8. Since the vertical ears are integrally formed on both sides of the ceramic heat transfer block, there is no need to provide a separate longitudinal board as in the past, and assembly can be easily performed.

9. Recesses that are suitable for vertical fluid flow passage holes are actively formed on both the upper and lower end surfaces of the ceramic heat transfer blocks, so when each heat transfer block is butted against each other, the vertical fluid flow passages can be closed. The lotus can be passed through the hole very easily.

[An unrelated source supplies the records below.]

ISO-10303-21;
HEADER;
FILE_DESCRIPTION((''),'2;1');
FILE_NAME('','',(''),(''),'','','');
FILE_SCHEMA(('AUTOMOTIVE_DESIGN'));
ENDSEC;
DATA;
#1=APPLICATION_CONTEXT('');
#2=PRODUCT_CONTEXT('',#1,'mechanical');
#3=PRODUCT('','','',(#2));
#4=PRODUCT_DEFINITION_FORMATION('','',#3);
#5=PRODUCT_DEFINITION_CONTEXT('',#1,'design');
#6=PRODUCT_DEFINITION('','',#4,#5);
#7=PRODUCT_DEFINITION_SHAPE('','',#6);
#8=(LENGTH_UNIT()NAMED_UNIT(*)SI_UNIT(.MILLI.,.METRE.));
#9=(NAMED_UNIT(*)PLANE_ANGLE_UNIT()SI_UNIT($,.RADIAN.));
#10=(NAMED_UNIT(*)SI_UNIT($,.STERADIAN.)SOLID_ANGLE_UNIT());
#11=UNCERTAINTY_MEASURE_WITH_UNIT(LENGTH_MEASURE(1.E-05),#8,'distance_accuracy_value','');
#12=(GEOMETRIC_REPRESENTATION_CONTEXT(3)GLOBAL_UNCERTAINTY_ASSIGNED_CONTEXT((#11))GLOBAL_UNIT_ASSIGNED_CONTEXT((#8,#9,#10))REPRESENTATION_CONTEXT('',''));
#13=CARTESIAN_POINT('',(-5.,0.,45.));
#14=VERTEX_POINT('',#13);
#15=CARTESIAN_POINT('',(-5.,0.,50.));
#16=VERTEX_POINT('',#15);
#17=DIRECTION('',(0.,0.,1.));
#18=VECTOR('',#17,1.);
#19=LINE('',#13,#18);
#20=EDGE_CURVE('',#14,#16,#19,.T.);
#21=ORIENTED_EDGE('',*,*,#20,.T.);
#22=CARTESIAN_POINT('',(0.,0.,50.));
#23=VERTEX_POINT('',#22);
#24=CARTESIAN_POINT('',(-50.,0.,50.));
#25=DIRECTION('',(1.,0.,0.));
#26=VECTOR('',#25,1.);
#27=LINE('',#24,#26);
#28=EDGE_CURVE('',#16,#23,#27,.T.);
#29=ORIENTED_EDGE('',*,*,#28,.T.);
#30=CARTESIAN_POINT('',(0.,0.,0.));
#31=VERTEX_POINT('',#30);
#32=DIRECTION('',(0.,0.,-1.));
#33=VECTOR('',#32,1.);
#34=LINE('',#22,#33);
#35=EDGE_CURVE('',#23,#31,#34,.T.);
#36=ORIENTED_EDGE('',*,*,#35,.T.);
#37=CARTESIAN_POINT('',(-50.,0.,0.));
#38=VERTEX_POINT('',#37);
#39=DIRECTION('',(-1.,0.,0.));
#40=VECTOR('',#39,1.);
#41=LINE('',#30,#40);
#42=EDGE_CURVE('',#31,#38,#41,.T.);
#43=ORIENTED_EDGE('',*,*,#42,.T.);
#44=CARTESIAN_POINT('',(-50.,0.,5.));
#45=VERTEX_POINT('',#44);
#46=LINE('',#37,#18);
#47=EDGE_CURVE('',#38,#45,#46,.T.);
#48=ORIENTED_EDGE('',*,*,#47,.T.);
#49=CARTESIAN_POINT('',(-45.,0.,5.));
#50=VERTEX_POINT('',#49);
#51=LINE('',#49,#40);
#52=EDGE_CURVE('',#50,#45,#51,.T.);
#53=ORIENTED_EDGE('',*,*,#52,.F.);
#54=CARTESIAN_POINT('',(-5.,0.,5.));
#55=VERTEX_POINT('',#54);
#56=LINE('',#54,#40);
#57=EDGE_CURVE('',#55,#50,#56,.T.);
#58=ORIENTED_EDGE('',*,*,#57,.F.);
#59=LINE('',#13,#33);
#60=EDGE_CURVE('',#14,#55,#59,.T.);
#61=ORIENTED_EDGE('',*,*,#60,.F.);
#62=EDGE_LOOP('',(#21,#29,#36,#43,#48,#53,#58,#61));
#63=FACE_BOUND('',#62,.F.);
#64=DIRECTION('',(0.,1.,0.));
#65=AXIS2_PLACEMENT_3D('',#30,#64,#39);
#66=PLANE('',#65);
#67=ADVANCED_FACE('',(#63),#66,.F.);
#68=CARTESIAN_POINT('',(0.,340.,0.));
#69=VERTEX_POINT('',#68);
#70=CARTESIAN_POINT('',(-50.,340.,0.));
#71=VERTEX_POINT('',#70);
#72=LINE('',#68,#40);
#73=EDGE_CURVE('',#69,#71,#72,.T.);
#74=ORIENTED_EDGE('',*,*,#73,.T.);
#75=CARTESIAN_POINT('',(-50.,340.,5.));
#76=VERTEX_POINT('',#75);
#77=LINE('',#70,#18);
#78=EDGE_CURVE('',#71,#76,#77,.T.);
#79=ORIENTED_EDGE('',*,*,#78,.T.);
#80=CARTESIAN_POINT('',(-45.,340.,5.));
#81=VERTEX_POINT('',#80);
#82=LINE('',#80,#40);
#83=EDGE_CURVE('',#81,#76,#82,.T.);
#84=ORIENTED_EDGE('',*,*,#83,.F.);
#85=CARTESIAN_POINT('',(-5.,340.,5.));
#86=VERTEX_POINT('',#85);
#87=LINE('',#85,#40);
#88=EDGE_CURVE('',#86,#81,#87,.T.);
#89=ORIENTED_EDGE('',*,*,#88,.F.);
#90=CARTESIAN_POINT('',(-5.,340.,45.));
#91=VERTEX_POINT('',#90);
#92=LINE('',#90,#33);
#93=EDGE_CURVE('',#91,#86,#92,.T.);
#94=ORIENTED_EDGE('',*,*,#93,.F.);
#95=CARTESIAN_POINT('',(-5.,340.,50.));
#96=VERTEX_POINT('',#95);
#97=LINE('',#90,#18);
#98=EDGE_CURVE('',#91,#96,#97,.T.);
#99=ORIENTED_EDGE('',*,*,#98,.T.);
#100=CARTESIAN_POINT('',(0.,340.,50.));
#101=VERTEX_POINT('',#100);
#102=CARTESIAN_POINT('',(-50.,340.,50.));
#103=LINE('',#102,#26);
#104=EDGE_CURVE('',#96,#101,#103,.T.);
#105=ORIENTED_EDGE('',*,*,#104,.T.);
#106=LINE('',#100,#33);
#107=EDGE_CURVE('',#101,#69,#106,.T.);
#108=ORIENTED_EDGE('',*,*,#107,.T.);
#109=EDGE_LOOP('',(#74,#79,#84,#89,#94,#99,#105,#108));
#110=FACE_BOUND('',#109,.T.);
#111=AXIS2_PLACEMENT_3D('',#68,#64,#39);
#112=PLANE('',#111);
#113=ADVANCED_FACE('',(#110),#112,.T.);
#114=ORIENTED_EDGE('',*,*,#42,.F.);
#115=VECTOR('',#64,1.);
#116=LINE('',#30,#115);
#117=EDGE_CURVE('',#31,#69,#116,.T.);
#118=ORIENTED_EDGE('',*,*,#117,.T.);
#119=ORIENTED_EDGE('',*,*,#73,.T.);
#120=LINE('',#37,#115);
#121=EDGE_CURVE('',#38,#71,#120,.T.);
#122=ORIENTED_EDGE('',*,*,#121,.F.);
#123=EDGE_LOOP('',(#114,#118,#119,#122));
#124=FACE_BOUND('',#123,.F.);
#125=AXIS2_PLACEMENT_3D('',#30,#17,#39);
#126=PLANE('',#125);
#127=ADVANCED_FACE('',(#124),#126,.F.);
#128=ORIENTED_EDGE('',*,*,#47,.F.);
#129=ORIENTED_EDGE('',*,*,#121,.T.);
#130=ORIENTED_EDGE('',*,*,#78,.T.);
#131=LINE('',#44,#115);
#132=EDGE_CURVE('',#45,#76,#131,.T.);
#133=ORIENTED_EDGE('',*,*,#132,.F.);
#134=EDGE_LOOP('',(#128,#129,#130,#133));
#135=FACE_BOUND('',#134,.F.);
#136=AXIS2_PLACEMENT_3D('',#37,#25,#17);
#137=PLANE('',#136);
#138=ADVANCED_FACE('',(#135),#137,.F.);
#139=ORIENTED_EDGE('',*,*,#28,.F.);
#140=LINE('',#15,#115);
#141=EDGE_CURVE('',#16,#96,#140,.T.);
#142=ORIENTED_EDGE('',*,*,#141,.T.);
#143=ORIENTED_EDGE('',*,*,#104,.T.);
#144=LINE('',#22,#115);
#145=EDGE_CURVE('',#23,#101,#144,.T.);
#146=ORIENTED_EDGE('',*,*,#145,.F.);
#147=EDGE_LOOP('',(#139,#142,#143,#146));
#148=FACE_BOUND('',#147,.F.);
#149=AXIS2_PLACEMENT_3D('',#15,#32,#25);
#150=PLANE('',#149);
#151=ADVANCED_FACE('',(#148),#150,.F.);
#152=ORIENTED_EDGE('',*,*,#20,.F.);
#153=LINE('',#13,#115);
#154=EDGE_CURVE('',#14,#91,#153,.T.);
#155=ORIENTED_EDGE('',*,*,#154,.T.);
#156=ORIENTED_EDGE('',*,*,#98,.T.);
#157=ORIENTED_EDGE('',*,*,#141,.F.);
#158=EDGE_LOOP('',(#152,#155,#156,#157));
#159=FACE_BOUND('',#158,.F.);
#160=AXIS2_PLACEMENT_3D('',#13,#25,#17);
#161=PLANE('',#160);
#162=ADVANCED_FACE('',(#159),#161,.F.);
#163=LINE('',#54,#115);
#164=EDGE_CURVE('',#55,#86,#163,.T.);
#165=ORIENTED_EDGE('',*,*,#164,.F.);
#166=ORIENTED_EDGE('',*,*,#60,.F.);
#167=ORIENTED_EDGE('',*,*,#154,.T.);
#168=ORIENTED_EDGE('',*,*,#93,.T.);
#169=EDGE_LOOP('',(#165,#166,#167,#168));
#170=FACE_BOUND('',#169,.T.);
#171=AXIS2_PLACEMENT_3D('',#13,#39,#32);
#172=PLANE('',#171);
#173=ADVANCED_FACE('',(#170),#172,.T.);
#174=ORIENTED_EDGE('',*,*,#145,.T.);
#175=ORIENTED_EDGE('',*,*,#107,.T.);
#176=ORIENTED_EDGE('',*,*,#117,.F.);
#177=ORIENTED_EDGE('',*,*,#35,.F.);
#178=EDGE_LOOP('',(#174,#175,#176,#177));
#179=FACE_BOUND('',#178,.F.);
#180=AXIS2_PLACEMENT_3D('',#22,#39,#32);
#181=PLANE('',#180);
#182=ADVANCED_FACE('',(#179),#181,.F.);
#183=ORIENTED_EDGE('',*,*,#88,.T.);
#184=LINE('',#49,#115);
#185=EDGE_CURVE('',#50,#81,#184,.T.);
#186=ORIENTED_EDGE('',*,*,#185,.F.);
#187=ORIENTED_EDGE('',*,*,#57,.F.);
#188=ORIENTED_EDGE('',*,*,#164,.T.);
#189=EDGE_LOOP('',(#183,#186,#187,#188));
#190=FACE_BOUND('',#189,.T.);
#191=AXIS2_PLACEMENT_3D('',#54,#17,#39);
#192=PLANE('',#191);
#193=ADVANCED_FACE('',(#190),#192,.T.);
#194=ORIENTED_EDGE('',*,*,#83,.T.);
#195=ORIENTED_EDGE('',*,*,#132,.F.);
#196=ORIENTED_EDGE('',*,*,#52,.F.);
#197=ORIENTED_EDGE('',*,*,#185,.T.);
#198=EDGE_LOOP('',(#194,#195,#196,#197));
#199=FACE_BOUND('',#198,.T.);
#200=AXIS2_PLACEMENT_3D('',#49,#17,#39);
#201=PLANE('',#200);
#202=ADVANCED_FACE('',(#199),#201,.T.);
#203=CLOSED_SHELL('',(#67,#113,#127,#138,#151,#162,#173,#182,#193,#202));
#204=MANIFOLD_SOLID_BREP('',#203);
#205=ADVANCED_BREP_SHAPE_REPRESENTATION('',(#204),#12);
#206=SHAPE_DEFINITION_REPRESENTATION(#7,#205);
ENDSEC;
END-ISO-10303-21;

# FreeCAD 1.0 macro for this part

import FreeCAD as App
import Part
import Sketcher
from FreeCAD import Vector


def add_polygon(sketch, points):
    """Adds a closed chain of lines whose ends are joined by coincident constraints."""
    first, n = sketch.GeometryCount, len(points)
    for a, b in zip(points, points[1:] + points[:1]):
        sketch.addGeometry(Part.LineSegment(App.Vector(*a, 0), App.Vector(*b, 0)), False)
    for i in range(n):
        sketch.addConstraint(Sketcher.Constraint("Coincident", first + i, 2, first + (i + 1) % n, 1))

doc = App.newDocument("Part")
body = doc.addObject("PartDesign::Body", "Body")

# Sketch on XZ plane
sketch1 = doc.addObject("Sketcher::SketchObject", "Sketch")
body.addObject(sketch1)
sketch1.AttachmentSupport = (doc.XZ_Plane, [""])
sketch1.MapMode = "FlatFace"
add_polygon(sketch1, [(-5, 5), (-5, 50), (0, 50), (0, 0), (-50, 0), (-50, 5)])  # lines 0-5
sketch1.addConstraint(Sketcher.Constraint("Vertical", 0))
sketch1.addConstraint(Sketcher.Constraint("Horizontal", 1))
sketch1.addConstraint(Sketcher.Constraint("Vertical", 2))
sketch1.addConstraint(Sketcher.Constraint("Horizontal", 3))
sketch1.addConstraint(Sketcher.Constraint("Vertical", 4))
sketch1.addConstraint(Sketcher.Constraint("Horizontal", 5))
sketch1.addConstraint(Sketcher.Constraint("Coincident", 2, 2, -1, 1))
sketch1.addConstraint(Sketcher.Constraint("Equal", 5, 0))
sketch1.addConstraint(Sketcher.Constraint("Equal", 3, 2))
sketch1.addConstraint(Sketcher.Constraint("DistanceX", 1, 1, 1, 2, 5.0))
sketch1.addConstraint(Sketcher.Constraint("DistanceX", 3, 2, 3, 1, 50.0))
pad1 = doc.addObject("PartDesign::Pad", "Pad")
body.addObject(pad1)
pad1.Profile = sketch1
pad1.Length = 340
pad1.Reversed = True

doc.recompute()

[Brief explanation of drawings]

The drawings show an example of the implementation of the present invention, and FIG. 1 is an overall vertical sectional view, FIG. 2 is a partially cutaway plan view of a heat transfer block, and FIG. 3 is a front view of the heat transfer block. 1...Top header, 2...Tread to the bottom, 3...
・Body, 4...Heat transfer block, 5...Insulation material, 6.
... Space for low temperature fluid flow path, 7... Hole for high temperature fluid flow path,
8... Low temperature 0 fluid flow path hole, 9... Recessed part, 10,
11... center hole, 12, 13... wall board, 16.
...Cryogenic fluid inlet, 17...Cryogenic fluid outlet. Figure 1 Figure 2 Figure 3

Claims (1)

[Claims] 1 A large number of holes for fluid flow paths are formed in the vertical direction and in the lateral direction, and vertical ears are integrally formed on both sides, and the upper and lower end surfaces communicate with the holes for fluid flow paths in the vertical direction. A plurality of ceramic heat transfer blocks each having a concave portion formed therein are stacked in a metal body whose inner surface is provided with a fireproof heat insulating material so that the internal space of the body is divided into left and right halves by the ears, and each block is The fluid flow passage holes in the vertical direction are communicated with each other through the recessed portion, and the horizontal fluid flow passage holes are communicated with each other in a meandering manner by interposing a jamb board between each abutting surface. 1. A block type heat exchanger characterized in that heat exchange is performed by flowing a high-temperature fluid into one fluid passage hole and flowing a low-temperature fluid into the other fluid passage hole.